While AI compute demand is likely to scale higher, the financing environment is tightening. Corporate bond spreads need to widen, and suddenly investors care about cash-on-cash returns, not just "strategic positioning."
This doesn't kill AI — it makes it real:
Winners: Companies with actual revenue models (Anthropic, OpenAI enterprise, Salesforce AI) will thrive
Losers: Zombie startups burning $50M/month on GPUs will die
Investors: Need to be extremely selective — not all AI exposure is created equal
Why it matters: If AI capex growth slows from 50% annually to 20%, Nvidia's revenue projections get cut in half. That's why the stock sold off despite great earnings. The market is front-running a slowdown that may or may not materialize. Opportunity for contrarians, trap for momentum chasers.
📅 Forward View: November 25-29, 2025
Key Events:
Tuesday (Nov 26):
Initial jobless claims — watch for shutdown-related distortions
Wednesday (Nov 27):
Early close for holiday
Light volume, don't overinterpret moves
Thursday (Nov 28):
Thanksgiving — markets closed
Friday (Nov 29):
Markets early close* - U.S.
Key levels:
S&P 500 support: 6,500 (psychological). Break below and we test 6,400
10Y yield resistance: 4.15%. Break above signals Fed pause fears
Nasdaq support: 22,000. Losing this opens 21,500
💬 Final Words
This was the week the AI trade blinked. Not died — blinked. The repricing from "infinite capex growth" to "show me the ROI" is healthy, even if it hurts. But make no mistake: the Fed is still navigating blind (no October jobs data thanks to the shutdown), oil is collapsing on peace hopes, and crypto just got a reality check.

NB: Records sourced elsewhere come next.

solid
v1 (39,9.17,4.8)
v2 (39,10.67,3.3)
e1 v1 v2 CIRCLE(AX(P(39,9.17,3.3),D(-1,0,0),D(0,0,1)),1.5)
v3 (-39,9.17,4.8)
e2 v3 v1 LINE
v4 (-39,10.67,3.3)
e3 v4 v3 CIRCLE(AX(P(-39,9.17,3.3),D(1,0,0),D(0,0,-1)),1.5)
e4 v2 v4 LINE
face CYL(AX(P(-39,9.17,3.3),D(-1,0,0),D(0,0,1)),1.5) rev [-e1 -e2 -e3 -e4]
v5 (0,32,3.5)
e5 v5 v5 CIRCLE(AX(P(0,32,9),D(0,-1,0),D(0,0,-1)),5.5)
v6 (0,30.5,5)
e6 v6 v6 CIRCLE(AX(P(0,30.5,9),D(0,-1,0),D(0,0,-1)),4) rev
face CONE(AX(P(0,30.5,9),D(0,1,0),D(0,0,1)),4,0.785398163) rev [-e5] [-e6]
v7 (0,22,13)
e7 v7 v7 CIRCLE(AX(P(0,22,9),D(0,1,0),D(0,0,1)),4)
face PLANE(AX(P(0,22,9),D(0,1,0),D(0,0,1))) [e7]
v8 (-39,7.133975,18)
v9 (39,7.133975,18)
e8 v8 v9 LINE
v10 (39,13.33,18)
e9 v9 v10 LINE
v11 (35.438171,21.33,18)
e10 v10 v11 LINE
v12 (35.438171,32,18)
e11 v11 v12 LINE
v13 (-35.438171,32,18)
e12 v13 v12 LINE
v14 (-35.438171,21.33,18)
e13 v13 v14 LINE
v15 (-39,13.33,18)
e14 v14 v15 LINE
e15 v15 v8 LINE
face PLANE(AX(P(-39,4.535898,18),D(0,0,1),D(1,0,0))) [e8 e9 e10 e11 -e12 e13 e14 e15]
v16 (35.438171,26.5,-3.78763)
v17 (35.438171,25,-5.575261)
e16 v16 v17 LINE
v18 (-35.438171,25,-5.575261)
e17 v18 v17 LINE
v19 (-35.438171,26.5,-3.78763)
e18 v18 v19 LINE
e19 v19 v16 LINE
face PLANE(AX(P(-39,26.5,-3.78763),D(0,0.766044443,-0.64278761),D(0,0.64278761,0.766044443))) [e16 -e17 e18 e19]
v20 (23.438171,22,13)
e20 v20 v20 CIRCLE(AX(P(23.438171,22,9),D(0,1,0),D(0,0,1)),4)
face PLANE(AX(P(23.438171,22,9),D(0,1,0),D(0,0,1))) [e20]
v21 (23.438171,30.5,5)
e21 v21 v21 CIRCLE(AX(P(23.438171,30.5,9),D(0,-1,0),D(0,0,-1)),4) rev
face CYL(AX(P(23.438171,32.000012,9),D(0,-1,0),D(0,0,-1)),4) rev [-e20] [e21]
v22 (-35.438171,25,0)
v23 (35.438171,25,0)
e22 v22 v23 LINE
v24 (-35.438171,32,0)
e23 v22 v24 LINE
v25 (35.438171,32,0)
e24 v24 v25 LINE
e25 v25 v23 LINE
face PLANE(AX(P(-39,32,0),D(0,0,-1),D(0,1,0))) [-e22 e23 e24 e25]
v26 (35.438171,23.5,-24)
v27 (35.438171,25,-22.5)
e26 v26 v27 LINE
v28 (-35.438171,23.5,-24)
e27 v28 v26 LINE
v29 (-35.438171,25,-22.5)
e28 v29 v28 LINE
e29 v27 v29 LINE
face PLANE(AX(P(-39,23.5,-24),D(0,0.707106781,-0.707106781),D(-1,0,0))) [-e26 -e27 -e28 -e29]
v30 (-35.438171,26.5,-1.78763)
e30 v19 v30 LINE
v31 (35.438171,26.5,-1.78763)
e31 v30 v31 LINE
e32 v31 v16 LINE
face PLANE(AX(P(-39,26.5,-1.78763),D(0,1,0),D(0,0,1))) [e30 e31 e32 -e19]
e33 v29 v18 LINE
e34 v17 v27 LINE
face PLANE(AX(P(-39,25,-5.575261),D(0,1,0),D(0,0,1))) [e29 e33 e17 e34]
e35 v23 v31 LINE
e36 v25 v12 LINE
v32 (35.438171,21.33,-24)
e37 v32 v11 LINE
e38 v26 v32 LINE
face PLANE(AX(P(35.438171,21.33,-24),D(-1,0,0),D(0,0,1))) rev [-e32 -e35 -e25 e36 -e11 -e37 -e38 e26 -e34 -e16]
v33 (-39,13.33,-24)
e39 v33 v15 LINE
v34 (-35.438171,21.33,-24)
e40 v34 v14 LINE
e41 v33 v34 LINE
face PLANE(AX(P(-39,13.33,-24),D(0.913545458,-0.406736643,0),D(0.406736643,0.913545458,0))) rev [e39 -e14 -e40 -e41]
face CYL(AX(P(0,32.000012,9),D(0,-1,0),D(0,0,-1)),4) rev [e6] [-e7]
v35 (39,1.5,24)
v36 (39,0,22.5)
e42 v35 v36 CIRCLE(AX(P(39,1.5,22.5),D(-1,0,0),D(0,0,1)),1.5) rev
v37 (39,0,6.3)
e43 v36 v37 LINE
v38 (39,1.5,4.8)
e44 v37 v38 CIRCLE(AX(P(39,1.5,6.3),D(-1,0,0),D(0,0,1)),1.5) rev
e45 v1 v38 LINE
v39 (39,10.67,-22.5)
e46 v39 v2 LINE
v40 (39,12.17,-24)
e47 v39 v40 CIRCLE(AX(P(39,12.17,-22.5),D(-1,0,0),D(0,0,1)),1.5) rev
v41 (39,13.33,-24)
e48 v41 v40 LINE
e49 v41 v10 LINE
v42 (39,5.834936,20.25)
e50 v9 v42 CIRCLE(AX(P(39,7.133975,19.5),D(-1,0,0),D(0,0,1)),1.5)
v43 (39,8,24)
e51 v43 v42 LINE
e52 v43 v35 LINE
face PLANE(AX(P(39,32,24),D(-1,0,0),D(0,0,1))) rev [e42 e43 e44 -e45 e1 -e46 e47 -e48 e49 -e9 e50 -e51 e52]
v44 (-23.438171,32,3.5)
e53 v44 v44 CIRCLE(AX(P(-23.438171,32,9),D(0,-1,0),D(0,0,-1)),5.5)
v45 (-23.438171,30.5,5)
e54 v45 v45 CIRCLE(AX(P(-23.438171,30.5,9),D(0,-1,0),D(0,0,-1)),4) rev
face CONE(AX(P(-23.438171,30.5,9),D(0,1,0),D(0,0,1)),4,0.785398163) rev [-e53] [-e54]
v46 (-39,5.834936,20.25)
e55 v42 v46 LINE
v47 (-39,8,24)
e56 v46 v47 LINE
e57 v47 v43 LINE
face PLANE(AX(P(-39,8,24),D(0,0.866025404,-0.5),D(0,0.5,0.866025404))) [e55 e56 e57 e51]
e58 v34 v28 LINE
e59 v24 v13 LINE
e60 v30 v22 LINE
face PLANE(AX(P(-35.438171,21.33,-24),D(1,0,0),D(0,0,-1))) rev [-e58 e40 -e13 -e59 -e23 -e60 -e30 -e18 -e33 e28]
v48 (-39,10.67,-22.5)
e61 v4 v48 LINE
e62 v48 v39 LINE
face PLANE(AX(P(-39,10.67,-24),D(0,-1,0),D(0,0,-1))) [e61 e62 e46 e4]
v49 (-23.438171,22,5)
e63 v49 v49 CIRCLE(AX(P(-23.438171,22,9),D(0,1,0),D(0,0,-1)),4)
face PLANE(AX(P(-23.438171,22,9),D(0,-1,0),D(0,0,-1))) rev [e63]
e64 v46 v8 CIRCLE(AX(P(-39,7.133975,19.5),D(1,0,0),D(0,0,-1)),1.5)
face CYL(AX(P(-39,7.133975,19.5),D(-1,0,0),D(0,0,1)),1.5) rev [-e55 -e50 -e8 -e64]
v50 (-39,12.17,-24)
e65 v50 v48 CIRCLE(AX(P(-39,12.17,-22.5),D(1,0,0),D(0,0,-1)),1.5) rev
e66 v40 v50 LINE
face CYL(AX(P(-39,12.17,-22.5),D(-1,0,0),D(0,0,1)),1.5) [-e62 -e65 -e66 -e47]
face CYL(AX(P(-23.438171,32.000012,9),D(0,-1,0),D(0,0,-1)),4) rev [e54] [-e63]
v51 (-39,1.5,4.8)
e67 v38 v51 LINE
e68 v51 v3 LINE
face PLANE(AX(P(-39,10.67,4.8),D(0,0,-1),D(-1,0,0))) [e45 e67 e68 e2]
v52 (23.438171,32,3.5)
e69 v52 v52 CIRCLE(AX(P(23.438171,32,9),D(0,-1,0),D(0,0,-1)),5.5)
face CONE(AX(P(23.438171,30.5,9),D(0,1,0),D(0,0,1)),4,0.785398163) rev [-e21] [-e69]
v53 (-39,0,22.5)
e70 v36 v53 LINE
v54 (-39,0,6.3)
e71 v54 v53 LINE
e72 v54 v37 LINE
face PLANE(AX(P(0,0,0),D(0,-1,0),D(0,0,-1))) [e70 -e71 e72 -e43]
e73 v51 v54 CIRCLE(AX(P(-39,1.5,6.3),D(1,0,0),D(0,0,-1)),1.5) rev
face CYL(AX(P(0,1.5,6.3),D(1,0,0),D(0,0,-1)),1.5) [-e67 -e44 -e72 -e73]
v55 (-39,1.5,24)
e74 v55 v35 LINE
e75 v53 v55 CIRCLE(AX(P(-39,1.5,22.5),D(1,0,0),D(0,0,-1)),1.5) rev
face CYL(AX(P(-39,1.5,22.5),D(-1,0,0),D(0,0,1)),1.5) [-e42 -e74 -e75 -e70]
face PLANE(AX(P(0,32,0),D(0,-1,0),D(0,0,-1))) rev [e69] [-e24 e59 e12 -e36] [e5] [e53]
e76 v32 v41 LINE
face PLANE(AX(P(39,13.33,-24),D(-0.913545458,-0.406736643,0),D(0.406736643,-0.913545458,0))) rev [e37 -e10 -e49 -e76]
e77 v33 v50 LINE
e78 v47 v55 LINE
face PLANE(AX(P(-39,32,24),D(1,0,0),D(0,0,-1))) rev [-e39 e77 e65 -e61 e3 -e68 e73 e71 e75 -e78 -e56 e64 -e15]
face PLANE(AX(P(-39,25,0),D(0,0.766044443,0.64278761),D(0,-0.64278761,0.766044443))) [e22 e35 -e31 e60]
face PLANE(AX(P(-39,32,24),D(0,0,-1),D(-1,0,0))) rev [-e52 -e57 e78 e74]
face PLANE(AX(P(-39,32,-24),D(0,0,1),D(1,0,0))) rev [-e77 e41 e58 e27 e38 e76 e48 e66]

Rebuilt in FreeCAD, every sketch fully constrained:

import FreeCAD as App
import Part
import Sketcher
Q = App.Units.Quantity


def edges_at(feature, points):
    """Names of the edges that pass closest to the given points."""
    edges = feature.Shape.Edges
    near = lambda p: min(range(len(edges)), key=lambda i: edges[i].distToShape(Part.Vertex(*p))[0])
    return sorted({f"Edge{near(p) + 1}" for p in points})


def add_polygon(sketch, points):
    """Adds a closed chain of lines whose ends are joined by coincident constraints."""
    first, n = sketch.GeometryCount, len(points)
    for a, b in zip(points, points[1:] + points[:1]):
        sketch.addGeometry(Part.LineSegment(App.Vector(*a, 0), App.Vector(*b, 0)), False)
    for i in range(n):
        sketch.addConstraint(Sketcher.Constraint("Coincident", first + i, 2, first + (i + 1) % n, 1))

doc = App.newDocument("Part")
body = doc.addObject("PartDesign::Body", "Body")

# Sketch on XZ plane
sketch1 = body.newObject("Sketcher::SketchObject", "Sketch")
sketch1.AttachmentSupport = (doc.getObject("XZ_Plane"), [""])
sketch1.MapMode = "FlatFace"
add_polygon(sketch1, [(-39, -24), (-39, 24), (39, 24), (39, -24)])  # lines 0-3
sketch1.addConstraint([
    Sketcher.Constraint("Vertical", 0),
    Sketcher.Constraint("Horizontal", 1),
    Sketcher.Constraint("Vertical", 2),
    Sketcher.Constraint("Horizontal", 3),
    Sketcher.Constraint("Symmetric", 0, 2, 2, 2, -1, 1),
    Sketcher.Constraint("DistanceX", 1, 1, 1, 2, 78.0),
    Sketcher.Constraint("DistanceY", 0, 1, 0, 2, 48.0),
])
pad1 = body.newObject("PartDesign::Pad", "Pad")
pad1.Profile = sketch1
pad1.Length = 32
pad1.Reversed = True

# Sketch on XY plane
sketch2 = body.newObject("Sketcher::SketchObject", "Sketch001")
sketch2.AttachmentSupport = (doc.getObject("XY_Plane"), [""])
sketch2.MapMode = "FlatFace"
sketch2.AttachmentOffset = App.Placement(App.Vector(0, 0, 24), App.Rotation())
add_polygon(sketch2, [(-39, 13.3), (-35.4, 21.3), (-35.4, 32), (-39, 32)])  # lines 0-3
add_polygon(sketch2, [(35.4, 32), (35.4, 21.3), (39, 13.3), (39, 32)])  # lines 4-7
sketch2.addConstraint([
    Sketcher.Constraint("Vertical", 1),
    Sketcher.Constraint("Horizontal", 2),
    Sketcher.Constraint("Vertical", 3),
    Sketcher.Constraint("Vertical", 4),
    Sketcher.Constraint("Vertical", 6),
    Sketcher.Constraint("Horizontal", 7),
    Sketcher.Constraint("Symmetric", 0, 2, 4, 2, -2),
    Sketcher.Constraint("Symmetric", 3, 2, 5, 2, -2),
    Sketcher.Constraint("Horizontal", 2, 2, 6, 2),
    Sketcher.Constraint("Angle", 0, Q("66 deg")),
    Sketcher.Constraint("DistanceY", -1, 1, 1, 2, 32.0),
    Sketcher.Constraint("DistanceX", 2, 2, -1, 1, 39.0),
    Sketcher.Constraint("DistanceY", 3, 2, 0, 2, 8.0),
    Sketcher.Constraint("DistanceY", 1, 1, 1, 2, 10.67),
])
pocket1 = body.newObject("PartDesign::Pocket", "Pocket")
pocket1.Profile = sketch2
pocket1.Type = "ThroughAll"
pocket1.Midplane = True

Our edge at Daly AM? We don't panic-sell into headlines or YOLO into hype. We build systematic, data-driven strategies that adapt when consensus breaks.
— The Daly AM Team
Disclosures: This newsletter is for informational purposes only and does not constitute investment advice. Past performance is not indicative of future results. Always conduct your own due diligence or consult with a financial advisor before making investment decisions.